EXERCISE INSTRUCTIONS
Pull out of the data below the stretch of lines bounded by the one containing "#163=PLANE('',#162);" and the one containing "#174=MANIFOLD_SOLID_BREP('',#173);", both bounds included, unchanged.

==================================================

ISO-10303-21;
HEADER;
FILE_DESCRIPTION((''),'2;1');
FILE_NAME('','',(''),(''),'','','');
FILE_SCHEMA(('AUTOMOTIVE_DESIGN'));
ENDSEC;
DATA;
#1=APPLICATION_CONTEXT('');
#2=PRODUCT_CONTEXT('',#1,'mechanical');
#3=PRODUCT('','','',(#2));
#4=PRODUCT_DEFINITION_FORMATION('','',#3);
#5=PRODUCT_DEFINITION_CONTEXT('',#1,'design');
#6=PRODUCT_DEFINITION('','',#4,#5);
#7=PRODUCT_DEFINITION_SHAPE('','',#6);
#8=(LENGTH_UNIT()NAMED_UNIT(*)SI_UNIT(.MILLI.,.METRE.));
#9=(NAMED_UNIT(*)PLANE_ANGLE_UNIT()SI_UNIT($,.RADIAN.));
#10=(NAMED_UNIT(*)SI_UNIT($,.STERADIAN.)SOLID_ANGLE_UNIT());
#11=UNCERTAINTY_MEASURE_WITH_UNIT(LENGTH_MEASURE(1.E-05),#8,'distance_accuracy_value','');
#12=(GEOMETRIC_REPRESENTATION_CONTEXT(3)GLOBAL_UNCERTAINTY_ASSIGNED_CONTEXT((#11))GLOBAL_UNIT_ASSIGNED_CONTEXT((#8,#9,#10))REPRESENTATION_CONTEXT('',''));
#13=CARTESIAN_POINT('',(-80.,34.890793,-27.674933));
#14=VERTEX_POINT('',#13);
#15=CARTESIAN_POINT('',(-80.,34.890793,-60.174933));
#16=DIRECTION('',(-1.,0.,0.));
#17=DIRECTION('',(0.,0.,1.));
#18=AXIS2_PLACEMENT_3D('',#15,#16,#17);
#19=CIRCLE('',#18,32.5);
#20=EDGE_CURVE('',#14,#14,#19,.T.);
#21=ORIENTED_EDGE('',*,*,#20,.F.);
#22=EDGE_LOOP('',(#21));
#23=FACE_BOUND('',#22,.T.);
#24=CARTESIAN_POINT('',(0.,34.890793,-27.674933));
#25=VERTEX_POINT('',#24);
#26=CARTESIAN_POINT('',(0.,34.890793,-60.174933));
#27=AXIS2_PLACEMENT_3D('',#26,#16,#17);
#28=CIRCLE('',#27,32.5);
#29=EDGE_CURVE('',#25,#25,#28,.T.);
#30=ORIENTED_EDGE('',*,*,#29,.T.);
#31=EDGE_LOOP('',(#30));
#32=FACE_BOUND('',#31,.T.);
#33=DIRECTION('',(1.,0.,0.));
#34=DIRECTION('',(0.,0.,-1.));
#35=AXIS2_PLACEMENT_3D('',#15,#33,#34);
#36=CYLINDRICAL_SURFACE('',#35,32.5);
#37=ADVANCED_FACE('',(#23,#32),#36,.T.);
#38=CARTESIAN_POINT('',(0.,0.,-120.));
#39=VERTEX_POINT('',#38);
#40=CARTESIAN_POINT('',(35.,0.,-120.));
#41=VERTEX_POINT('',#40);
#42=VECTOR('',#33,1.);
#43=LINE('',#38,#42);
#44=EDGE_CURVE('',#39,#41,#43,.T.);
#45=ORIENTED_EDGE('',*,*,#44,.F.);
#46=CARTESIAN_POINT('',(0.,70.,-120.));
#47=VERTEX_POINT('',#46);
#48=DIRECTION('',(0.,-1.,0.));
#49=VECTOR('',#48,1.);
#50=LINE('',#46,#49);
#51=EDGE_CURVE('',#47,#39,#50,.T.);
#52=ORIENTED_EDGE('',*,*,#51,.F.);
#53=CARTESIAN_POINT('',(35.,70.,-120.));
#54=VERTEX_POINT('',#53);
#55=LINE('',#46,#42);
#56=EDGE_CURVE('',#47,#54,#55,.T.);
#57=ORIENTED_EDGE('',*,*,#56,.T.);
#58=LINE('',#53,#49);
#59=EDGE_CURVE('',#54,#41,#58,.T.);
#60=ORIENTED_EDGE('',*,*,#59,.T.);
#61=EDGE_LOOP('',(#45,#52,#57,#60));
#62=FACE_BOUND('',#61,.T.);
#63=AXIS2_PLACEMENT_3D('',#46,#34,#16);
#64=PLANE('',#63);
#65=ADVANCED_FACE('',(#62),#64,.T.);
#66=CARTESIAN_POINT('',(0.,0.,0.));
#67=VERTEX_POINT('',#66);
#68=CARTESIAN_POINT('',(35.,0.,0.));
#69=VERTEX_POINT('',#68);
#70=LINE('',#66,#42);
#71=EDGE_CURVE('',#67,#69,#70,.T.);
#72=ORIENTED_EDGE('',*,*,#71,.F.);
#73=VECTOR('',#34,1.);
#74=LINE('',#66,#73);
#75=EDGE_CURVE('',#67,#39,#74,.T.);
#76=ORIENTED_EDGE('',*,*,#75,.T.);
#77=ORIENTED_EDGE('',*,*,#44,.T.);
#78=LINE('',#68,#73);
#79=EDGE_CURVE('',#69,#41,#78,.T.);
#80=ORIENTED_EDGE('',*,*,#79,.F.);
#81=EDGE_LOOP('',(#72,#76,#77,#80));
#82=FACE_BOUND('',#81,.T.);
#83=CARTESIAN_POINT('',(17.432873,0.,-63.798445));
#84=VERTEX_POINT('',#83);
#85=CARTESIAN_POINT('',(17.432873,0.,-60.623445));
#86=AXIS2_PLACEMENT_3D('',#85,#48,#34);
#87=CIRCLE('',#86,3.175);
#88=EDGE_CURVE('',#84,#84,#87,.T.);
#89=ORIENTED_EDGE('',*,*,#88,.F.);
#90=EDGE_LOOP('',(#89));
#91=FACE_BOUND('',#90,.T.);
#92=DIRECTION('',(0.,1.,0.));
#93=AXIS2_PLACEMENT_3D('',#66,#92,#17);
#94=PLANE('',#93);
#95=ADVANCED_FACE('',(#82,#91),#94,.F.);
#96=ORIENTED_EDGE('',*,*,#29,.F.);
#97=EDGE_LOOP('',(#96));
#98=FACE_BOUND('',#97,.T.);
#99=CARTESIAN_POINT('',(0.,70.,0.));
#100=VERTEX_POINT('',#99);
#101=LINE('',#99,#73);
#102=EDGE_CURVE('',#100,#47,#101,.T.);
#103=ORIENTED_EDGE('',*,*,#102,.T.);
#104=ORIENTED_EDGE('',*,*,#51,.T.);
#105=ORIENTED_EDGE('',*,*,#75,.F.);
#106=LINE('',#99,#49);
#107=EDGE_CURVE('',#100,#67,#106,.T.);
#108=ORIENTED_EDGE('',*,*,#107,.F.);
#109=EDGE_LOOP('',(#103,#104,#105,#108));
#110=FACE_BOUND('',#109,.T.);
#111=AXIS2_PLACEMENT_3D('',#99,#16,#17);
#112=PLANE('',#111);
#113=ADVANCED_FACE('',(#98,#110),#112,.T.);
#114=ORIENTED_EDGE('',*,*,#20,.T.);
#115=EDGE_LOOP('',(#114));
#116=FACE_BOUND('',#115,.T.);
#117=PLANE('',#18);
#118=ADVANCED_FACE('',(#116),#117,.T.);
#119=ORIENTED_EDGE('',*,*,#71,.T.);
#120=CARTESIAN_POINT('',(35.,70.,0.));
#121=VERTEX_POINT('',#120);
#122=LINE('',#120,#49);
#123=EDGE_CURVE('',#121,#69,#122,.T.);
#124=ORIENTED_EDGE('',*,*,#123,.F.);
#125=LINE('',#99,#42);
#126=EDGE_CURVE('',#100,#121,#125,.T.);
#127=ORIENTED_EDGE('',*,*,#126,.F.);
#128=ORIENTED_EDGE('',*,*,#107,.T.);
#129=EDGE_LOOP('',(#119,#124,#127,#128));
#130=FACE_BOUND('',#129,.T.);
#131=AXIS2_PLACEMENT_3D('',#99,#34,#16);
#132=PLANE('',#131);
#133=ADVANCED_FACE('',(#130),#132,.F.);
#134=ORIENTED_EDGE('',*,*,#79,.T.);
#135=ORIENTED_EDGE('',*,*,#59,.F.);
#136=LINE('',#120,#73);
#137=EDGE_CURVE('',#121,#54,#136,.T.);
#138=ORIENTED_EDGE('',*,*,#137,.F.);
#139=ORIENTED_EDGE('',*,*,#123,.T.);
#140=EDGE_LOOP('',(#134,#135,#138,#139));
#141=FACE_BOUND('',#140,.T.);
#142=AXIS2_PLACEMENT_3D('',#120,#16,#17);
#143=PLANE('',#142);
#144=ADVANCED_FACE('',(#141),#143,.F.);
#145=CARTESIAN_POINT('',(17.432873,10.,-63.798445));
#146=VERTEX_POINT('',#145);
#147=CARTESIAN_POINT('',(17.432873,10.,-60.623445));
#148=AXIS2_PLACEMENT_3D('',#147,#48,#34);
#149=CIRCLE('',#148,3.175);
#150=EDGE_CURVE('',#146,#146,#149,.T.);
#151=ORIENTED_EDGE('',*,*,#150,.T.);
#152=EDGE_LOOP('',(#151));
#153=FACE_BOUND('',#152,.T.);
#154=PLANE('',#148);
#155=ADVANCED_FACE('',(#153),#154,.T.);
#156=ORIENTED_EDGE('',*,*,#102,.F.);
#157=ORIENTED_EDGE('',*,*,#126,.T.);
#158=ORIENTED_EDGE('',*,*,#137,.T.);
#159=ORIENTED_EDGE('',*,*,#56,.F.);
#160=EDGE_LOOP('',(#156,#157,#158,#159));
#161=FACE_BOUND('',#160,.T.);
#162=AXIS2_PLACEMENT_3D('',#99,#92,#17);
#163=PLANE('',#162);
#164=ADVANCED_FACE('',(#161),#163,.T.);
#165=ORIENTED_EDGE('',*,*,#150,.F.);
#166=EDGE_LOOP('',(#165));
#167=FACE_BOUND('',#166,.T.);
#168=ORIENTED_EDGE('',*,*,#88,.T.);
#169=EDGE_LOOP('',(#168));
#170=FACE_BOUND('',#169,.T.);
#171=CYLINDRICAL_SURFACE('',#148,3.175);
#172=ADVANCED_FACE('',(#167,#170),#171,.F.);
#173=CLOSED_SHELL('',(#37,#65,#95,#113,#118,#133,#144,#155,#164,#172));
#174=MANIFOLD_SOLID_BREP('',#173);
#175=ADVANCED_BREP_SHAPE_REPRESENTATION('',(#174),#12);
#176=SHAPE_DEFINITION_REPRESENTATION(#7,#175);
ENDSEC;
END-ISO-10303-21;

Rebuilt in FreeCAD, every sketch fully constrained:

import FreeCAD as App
import Part
import Sketcher

V = App.Vector
Q = App.Units.Quantity

doc = App.newDocument("Part")
body = doc.addObject("PartDesign::Body", "Body")

# Sketch on XZ plane
sketch1 = body.newObject("Sketcher::SketchObject", "Sketch")
sketch1.AttachmentSupport = (doc.getObject("XZ_Plane"), [""])
sketch1.MapMode = "FlatFace"
sketch1.addGeometry([
    Part.LineSegment(V(0, -120, 0), V(0, 0, 0)),
    Part.LineSegment(V(0, 0, 0), V(35, 0, 0)),
    Part.LineSegment(V(35, 0, 0), V(35, -120, 0)),
    Part.LineSegment(V(35, -120, 0), V(0, -120, 0)),
], False)
sketch1.addConstraint([
    Sketcher.Constraint("Coincident", 0, 2, 1, 1),
    Sketcher.Constraint("Coincident", 1, 2, 2, 1),
    Sketcher.Constraint("Coincident", 2, 2, 3, 1),
    Sketcher.Constraint("Coincident", 3, 2, 0, 1),
    Sketcher.Constraint("Vertical", 0),
    Sketcher.Constraint("Horizontal", 1),
    Sketcher.Constraint("Vertical", 2),
    Sketcher.Constraint("Horizontal", 3),
    Sketcher.Constraint("Coincident", 0, 2, -1, 1),
    Sketcher.Constraint("DistanceX", 1, 1, 1, 2, Q("35 mm")),
    Sketcher.Constraint("DistanceY", 0, 1, 0, 2, Q("120 mm")),
])
pad1 = body.newObject("PartDesign::Pad", "Pad")
pad1.Profile = sketch1
pad1.Length = 70
pad1.Reversed = True

# Sketch on YZ plane
sketch2 = body.newObject("Sketcher::SketchObject", "Sketch001")
sketch2.AttachmentSupport = (doc.getObject("YZ_Plane"), [""])
sketch2.MapMode = "FlatFace"
sketch2.addGeometry(Part.Circle(V(35, -60, 0), V(0, 0, 1), 32), False)
sketch2.addConstraint([
    Sketcher.Constraint("Diameter", 0, Q("65 mm")),
    Sketcher.Constraint("DistanceX", -1, 1, 0, 3, Q("34.890793 mm")),
    Sketcher.Constraint("DistanceY", 0, 3, -1, 1, Q("60.174933 mm")),
])
pad2 = body.newObject("PartDesign::Pad", "Pad001")
pad2.Profile = sketch2
pad2.Length = 80
pad2.Reversed = True

# Sketch on XZ plane
sketch3 = body.newObject("Sketcher::SketchObject", "Sketch002")
sketch3.AttachmentSupport = (doc.getObject("XZ_Plane"), [""])
sketch3.MapMode = "FlatFace"
sketch3.addGeometry(Part.Circle(V(17.4, -60.6, 0), V(0, 0, 1), 3.2), False)
sketch3.addConstraint([
    Sketcher.Constraint("Diameter", 0, Q("6.35 mm")),
    Sketcher.Constraint("DistanceX", -1, 1, 0, 3, Q("17.432873 mm")),
    Sketcher.Constraint("DistanceY", 0, 3, -1, 1, Q("60.623445 mm")),
])
pocket1 = body.newObject("PartDesign::Pocket", "Pocket")
pocket1.Profile = sketch3
pocket1.Length = 10

doc.recompute()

==================================================

TASK RESULT
#163=PLANE('',#162);
#164=ADVANCED_FACE('',(#161),#163,.T.);
#165=ORIENTED_EDGE('',*,*,#150,.F.);
#166=EDGE_LOOP('',(#165));
#167=FACE_BOUND('',#166,.T.);
#168=ORIENTED_EDGE('',*,*,#88,.T.);
#169=EDGE_LOOP('',(#168));
#170=FACE_BOUND('',#169,.T.);
#171=CYLINDRICAL_SURFACE('',#148,3.175);
#172=ADVANCED_FACE('',(#167,#170),#171,.F.);
#173=CLOSED_SHELL('',(#37,#65,#95,#113,#118,#133,#144,#155,#164,#172));
#174=MANIFOLD_SOLID_BREP('',#173);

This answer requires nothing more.